5. Preoperative assessment indicates that cardiac function (LVEF ≥ 50%), renal function (eGFR ≥ 60 mL/min/1.73 m²), and liver function (Child-Pugh A) are compatible with surgery. 6) Completed the pre-lung transplant respiratory rehabilitation program assessment and demonstrated good compliance;

7. Not receiving continuous endotracheal intubation or venovenous extracorporeal membrane oxygenation (ECMO) support prior to surgery; 8) No active infection, including active tuberculosis, HIV, or positive hepatitis B/C viral load before surgery; 9) Have a clear and reliable post-operative care support system (including at least one primary caregiver).

Exclusion Criteria

1. Refusing to sign informed consent or withdrawing informed consent during the trial;
2. Planning to undergo a second lung transplant or a combined multi-organ transplant (such as heart-lung, lung-liver, lung-kidney, etc.);
3. Clearly combined with uncontrollable active infection (such as tuberculosis, uncontrolled fungal infection) or sepsis;
4. Patients with obvious neuropsychiatric disorders, unconsciousness or long-term use of sedative/analgesic psychotropic drugs before surgery;
5. Active malignant tumors (except those treated within the past 2 years) or those with a high risk of postoperative recurrence;
6. Clearly diagnosed severe chest deformity or spinal deformity that may affect lung compliance during surgery;
7. Serum anti-HLA high sensitization (PRA ≥ 80%) and no matching donor available;
8. There are clear contraindications to the planned tubeless surgical anesthesia strategy (such as expected intraoperative airway difficulty, pharyngeal stenosis and laryngeal mask unsuitable, etc.);
9. BMI ≥ 30 kg/m² or < 16 kg/m². 10) Pregnant or lactating women.

11. Other conditions deemed unsuitable for participation in this study by the investigator (e.g., anticipated inability to complete follow-up, concurrent malignancy, etc.).

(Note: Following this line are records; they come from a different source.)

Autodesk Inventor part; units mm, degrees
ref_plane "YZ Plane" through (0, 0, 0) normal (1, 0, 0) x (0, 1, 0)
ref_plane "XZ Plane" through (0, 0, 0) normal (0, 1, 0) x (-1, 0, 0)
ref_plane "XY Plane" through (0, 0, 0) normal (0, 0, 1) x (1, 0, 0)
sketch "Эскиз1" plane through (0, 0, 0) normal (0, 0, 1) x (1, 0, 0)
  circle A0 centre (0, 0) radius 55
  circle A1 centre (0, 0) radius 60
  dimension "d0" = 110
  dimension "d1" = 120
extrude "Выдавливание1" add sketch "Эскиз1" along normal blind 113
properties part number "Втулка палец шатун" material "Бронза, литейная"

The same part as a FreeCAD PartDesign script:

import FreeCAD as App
import Part
import Sketcher
Q = App.Units.Quantity

doc = App.newDocument("Part")
body = doc.addObject("PartDesign::Body", "Body")

# Sketch on XY plane
sketch1 = body.newObject("Sketcher::SketchObject", "Sketch")
sketch1.AttachmentSupport = (doc.getObject("XY_Plane"), [""])
sketch1.MapMode = "FlatFace"
sketch1.addGeometry(Part.Circle(App.Vector(0, 0, 0), App.Vector(0, 0, 1), 60), False)
sketch1.addGeometry(Part.Circle(App.Vector(0, 0, 0), App.Vector(0, 0, 1), 55), False)
sketch1.addConstraint(Sketcher.Constraint("Coincident", 0, 3, -1, 1))
sketch1.addConstraint(Sketcher.Constraint("Coincident", 1, 3, -1, 1))
sketch1.addConstraint(Sketcher.Constraint("Diameter", 0, Q("120 mm")))
sketch1.addConstraint(Sketcher.Constraint("Diameter", 1, Q("110 mm")))
pad1 = body.newObject("PartDesign::Pad", "Pad")
pad1.Profile = sketch1
pad1.Length = 113

doc.recompute()
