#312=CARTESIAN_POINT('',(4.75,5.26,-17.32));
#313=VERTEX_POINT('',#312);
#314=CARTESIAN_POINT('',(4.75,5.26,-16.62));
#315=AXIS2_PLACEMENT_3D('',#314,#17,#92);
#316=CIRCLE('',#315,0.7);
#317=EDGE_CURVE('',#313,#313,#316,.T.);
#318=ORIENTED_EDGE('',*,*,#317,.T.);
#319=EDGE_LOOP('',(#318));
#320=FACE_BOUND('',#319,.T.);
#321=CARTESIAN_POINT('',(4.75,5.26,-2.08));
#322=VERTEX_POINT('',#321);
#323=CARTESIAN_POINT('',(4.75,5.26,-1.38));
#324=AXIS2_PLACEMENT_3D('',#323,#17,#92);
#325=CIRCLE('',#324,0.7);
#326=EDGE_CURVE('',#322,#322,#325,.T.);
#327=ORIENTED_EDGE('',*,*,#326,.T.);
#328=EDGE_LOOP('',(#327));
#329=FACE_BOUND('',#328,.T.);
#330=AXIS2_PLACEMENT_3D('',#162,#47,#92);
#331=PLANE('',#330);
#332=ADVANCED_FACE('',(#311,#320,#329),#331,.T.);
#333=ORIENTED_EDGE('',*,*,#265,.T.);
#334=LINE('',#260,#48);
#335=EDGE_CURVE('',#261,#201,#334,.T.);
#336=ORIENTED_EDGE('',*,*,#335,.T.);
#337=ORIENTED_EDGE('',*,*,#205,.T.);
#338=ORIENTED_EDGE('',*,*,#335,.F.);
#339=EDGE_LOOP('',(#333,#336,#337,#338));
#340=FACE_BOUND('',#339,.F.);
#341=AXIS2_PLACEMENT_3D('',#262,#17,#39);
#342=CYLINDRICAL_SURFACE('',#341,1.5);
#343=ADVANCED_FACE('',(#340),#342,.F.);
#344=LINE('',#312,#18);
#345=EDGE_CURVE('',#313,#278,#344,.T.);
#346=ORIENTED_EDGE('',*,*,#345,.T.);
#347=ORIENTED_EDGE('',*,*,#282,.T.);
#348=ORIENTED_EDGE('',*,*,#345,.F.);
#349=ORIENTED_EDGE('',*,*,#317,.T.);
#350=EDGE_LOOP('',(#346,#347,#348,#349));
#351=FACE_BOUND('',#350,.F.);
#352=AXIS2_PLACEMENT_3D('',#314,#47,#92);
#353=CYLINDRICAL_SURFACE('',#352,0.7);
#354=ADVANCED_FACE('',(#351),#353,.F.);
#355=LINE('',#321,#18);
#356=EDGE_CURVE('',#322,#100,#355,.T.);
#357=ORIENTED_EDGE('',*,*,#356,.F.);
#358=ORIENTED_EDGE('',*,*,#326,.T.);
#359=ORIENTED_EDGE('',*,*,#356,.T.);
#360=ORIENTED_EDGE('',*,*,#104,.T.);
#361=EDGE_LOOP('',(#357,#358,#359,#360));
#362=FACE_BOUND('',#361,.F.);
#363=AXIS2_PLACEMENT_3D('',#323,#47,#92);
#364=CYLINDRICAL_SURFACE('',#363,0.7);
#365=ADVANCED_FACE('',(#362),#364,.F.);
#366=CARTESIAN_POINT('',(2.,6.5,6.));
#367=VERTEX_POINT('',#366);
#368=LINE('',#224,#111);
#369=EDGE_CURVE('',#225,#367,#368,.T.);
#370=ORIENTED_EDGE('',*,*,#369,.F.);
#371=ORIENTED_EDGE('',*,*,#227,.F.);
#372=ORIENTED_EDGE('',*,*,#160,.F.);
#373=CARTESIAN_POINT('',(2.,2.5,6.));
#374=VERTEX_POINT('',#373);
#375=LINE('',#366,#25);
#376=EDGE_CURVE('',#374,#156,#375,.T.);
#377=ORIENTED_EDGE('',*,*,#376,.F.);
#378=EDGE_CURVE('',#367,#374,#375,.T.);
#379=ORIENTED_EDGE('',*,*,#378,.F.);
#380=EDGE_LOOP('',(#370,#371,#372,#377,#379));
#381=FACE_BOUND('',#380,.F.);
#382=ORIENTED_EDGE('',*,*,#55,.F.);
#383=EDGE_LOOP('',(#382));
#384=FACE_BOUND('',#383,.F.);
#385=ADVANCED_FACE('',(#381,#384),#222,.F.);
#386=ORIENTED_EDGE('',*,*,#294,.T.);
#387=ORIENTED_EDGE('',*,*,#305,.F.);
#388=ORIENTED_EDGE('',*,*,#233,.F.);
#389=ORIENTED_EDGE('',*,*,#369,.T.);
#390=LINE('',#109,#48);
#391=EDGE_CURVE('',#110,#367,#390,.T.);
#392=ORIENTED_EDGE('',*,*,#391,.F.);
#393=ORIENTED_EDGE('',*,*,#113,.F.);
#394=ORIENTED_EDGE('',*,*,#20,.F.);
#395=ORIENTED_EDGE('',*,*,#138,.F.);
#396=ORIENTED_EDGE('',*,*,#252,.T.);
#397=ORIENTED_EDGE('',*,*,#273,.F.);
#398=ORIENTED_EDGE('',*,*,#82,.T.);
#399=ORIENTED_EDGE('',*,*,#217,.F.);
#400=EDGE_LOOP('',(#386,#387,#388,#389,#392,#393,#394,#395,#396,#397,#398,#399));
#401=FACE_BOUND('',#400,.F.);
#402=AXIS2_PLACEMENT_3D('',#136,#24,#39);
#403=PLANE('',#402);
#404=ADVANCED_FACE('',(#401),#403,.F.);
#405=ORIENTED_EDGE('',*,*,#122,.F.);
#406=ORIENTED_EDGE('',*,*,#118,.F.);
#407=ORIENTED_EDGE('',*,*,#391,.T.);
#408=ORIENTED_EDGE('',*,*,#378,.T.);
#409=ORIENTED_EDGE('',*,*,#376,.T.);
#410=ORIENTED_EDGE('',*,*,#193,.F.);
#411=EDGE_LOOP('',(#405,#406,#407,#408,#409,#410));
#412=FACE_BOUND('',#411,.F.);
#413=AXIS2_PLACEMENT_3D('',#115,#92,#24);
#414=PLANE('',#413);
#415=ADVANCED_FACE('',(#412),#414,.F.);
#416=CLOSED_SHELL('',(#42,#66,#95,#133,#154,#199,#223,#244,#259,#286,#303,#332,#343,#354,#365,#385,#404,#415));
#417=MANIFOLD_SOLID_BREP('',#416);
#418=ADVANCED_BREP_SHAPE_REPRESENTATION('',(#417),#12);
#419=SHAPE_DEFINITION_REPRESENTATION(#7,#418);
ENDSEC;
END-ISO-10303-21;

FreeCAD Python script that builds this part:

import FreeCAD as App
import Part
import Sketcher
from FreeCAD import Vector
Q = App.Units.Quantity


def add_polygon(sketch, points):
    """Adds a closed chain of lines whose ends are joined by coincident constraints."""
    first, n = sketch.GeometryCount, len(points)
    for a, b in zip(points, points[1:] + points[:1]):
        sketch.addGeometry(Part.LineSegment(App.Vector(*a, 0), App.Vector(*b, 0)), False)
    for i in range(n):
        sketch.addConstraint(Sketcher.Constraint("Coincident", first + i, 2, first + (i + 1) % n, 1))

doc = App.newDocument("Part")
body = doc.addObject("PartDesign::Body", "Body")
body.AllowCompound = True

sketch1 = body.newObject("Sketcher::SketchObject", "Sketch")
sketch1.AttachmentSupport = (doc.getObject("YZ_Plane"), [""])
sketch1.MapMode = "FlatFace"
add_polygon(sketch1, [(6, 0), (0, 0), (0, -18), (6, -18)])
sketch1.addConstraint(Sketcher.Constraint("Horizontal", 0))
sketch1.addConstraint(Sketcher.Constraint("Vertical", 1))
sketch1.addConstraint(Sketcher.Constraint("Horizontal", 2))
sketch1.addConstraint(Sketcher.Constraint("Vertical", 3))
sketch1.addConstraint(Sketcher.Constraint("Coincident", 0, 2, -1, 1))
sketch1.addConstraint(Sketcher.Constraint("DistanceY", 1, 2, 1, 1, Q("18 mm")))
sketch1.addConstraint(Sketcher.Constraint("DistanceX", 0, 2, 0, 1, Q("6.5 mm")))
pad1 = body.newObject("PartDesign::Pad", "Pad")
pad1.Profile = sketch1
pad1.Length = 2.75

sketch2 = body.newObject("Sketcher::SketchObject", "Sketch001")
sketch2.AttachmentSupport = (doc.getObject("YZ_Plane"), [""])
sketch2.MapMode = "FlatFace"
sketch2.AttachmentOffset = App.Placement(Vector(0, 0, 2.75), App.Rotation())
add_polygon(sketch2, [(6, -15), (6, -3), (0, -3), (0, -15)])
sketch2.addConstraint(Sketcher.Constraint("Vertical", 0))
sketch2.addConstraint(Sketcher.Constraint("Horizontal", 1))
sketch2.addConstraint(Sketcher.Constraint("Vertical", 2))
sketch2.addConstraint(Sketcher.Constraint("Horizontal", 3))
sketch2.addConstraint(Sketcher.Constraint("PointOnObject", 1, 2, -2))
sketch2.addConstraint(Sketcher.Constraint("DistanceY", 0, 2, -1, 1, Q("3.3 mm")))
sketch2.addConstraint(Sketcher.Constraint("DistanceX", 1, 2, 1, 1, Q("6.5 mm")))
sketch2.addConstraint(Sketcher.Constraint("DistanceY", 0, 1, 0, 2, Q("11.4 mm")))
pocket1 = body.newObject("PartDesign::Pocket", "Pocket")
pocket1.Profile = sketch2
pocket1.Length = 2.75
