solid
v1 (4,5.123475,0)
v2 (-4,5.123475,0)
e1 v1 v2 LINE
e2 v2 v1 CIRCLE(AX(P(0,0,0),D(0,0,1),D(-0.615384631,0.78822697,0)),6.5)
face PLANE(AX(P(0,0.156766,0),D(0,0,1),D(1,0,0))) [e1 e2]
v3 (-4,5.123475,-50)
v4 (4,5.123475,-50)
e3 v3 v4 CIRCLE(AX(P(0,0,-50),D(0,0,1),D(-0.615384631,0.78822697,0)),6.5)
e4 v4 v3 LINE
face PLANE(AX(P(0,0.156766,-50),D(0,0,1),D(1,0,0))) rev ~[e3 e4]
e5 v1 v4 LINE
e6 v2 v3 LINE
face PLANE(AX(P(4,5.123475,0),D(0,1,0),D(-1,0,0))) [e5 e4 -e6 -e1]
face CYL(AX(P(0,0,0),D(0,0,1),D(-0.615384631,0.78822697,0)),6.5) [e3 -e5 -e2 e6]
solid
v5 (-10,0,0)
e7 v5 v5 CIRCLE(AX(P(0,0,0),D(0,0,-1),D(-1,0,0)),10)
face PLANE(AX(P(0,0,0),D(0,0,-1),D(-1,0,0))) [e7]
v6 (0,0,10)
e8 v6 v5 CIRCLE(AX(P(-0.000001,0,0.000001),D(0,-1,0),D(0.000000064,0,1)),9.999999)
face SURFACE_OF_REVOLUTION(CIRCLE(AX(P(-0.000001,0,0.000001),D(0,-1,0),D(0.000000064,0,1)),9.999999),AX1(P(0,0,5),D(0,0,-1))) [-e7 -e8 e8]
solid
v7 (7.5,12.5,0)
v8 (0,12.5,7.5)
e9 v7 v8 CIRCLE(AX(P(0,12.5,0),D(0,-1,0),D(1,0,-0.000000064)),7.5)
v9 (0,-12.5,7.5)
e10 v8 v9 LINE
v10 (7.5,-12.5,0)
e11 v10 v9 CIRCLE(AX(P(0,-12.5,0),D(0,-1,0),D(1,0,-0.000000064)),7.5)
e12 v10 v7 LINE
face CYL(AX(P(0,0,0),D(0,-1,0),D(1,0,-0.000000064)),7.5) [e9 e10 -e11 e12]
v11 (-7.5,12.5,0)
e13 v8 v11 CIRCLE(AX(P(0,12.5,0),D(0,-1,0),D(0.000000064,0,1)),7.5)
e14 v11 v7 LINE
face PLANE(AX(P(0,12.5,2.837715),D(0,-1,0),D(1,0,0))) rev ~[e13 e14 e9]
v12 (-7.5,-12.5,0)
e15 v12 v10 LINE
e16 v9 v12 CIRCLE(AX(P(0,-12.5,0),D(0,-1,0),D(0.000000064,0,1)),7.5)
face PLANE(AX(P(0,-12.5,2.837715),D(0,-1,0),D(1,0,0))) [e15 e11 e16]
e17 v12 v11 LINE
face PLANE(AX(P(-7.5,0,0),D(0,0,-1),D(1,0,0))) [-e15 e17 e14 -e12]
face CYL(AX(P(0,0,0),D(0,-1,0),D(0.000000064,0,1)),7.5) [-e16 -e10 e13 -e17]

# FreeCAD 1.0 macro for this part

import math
import FreeCAD as App
import Part
import Sketcher
Q = App.Units.Quantity

doc = App.newDocument("Part")
params = doc.addObject("Spreadsheet::Sheet", "Params")
for row, (alias, value) in enumerate([
    ("sketch1_radius", "9.999999 mm"),
    ("revolution_angle", "360 deg"),
    ("sketch2_radius", "6.5 mm"),
    ("sketch2_width", "8 mm"),
    ("pad1_length", "50 mm"),
    ("sketch3_radius", "7.5 mm"),
    ("pad2_length", "25 mm"),
], start=1):
    params.set(f"A{row}", alias)
    params.set(f"B{row}", "=" + value)
    params.setAlias(f"B{row}", alias)

body = doc.addObject("PartDesign::Body", "Body")

# Sketch on XZ plane
sketch1 = body.newObject("Sketcher::SketchObject", "Sketch")
sketch1.AttachmentSupport = (doc.getObject("XZ_Plane"), [""])
sketch1.MapMode = "FlatFace"
sketch1.addGeometry(Part.LineSegment(App.Vector(0, 0, 0), App.Vector(0, 10, 0)), False)
sketch1.addGeometry(Part.ArcOfCircle(Part.Circle(App.Vector(-0.000001, 0.000001, 0), App.Vector(0, 0, 1), 9.999999), math.radians(89.999996), math.radians(180.000004)), False)
sketch1.addGeometry(Part.LineSegment(App.Vector(-10, 0, 0), App.Vector(0, 0, 0)), False)
sketch1.addConstraint(Sketcher.Constraint("Coincident", 0, 2, 1, 1))
sketch1.addConstraint(Sketcher.Constraint("Coincident", 1, 2, 2, 1))
sketch1.addConstraint(Sketcher.Constraint("Coincident", 2, 2, 0, 1))
sketch1.addConstraint(Sketcher.Constraint("Vertical", 0))
sketch1.addConstraint(Sketcher.Constraint("Horizontal", 2))
sketch1.addConstraint(Sketcher.Constraint("Coincident", 1, 3, -1, 1))
sketch1.addConstraint(Sketcher.Constraint("Coincident", 2, 2, -1, 1))
sketch1.addConstraint(Sketcher.Constraint("Radius", 1, Q("9.999999 mm")))
sketch1.setExpression("Constraints[7]", "Params.sketch1_radius")
revolution = body.newObject("PartDesign::Revolution", "Revolution")
revolution.Profile = sketch1
revolution.ReferenceAxis = (sketch1, ["V_Axis"])
revolution.setExpression("Angle", "Params.revolution_angle")
body2 = doc.addObject("PartDesign::Body", "Body001")

# Sketch on XY plane
sketch2 = body2.newObject("Sketcher::SketchObject", "Sketch001")
sketch2.AttachmentSupport = (doc.getObject("XY_Plane001"), [""])
sketch2.MapMode = "FlatFace"
sketch2.addGeometry(Part.LineSegment(App.Vector(4, 5.123475, 0), App.Vector(-4, 5.123475, 0)), False)
sketch2.addGeometry(Part.ArcOfCircle(Part.Circle(App.Vector(0, 0, 0), App.Vector(0, 0, 1), 6.5), math.radians(127.979874), math.radians(412.020126)), False)
sketch2.addConstraint(Sketcher.Constraint("Coincident", 0, 1, 1, 2))
sketch2.addConstraint(Sketcher.Constraint("Coincident", 1, 1, 0, 2))
sketch2.addConstraint(Sketcher.Constraint("Horizontal", 0))
sketch2.addConstraint(Sketcher.Constraint("Coincident", 1, 3, -1, 1))
sketch2.addConstraint(Sketcher.Constraint("Radius", 1, Q("6.5 mm")))
sketch2.addConstraint(Sketcher.Constraint("DistanceX", 0, 2, 0, 1, Q("8 mm")))
sketch2.setExpression("Constraints[4]", "Params.sketch2_radius")
sketch2.setExpression("Constraints[5]", "Params.sketch2_width")
pad1 = body2.newObject("PartDesign::Pad", "Pad")
pad1.Profile = sketch2
pad1.setExpression("Length", "Params.pad1_length")
pad1.Reversed = True
body3 = doc.addObject("PartDesign::Body", "Body002")

# Sketch on XZ plane
sketch3 = body3.newObject("Sketcher::SketchObject", "Sketch002")
sketch3.AttachmentSupport = (doc.getObject("XZ_Plane002"), [""])
sketch3.MapMode = "FlatFace"
sketch3.addGeometry(Part.ArcOfCircle(Part.Circle(App.Vector(0, 0, 0), App.Vector(0, 0, 1), 7.5), math.radians(-0.000004), math.radians(90.000004)), False)
sketch3.addGeometry(Part.ArcOfCircle(Part.Circle(App.Vector(0, 0, 0), App.Vector(0, 0, 1), 7.5), math.radians(89.999996), math.radians(180.000004)), False)
sketch3.addGeometry(Part.LineSegment(App.Vector(-7.5, 0, 0), App.Vector(7.5, 0, 0)), False)
sketch3.addConstraint(Sketcher.Constraint("Tangent", 0, 2, 1, 1))
sketch3.addConstraint(Sketcher.Constraint("Coincident", 1, 2, 2, 1))
sketch3.addConstraint(Sketcher.Constraint("Coincident", 2, 2, 0, 1))
sketch3.addConstraint(Sketcher.Constraint("Horizontal", 2))
sketch3.addConstraint(Sketcher.Constraint("Coincident", 0, 3, -1, 1))
sketch3.addConstraint(Sketcher.Constraint("Equal", 0, 1))
sketch3.addConstraint(Sketcher.Constraint("PointOnObject", 0, 2, -2))
sketch3.addConstraint(Sketcher.Constraint("PointOnObject", 1, 2, -1))
sketch3.addConstraint(Sketcher.Constraint("Radius", 0, Q("7.5 mm")))
sketch3.setExpression("Constraints[8]", "Params.sketch3_radius")
pad2 = body3.newObject("PartDesign::Pad", "Pad001")
pad2.Profile = sketch3
pad2.setExpression("Length", "Params.pad2_length")
pad2.Midplane = True

doc.recompute()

12. Patients with bronchiectasis or bronchial vascular hyperplasia difficult to manage with interventional therapy prior to surgery.

Study & Design

• Study Type: INTERVENTIONAL
• Study Design: PARALLEL

Primary Outcome Measures

Name	Time	Method
The primary endpoint was the overall incidence of early complications within 30 days after surgery.	From enrollment to the end of 30-day follow-up	The primary endpoint was the overall incidence of early complications within 30 days after surgery.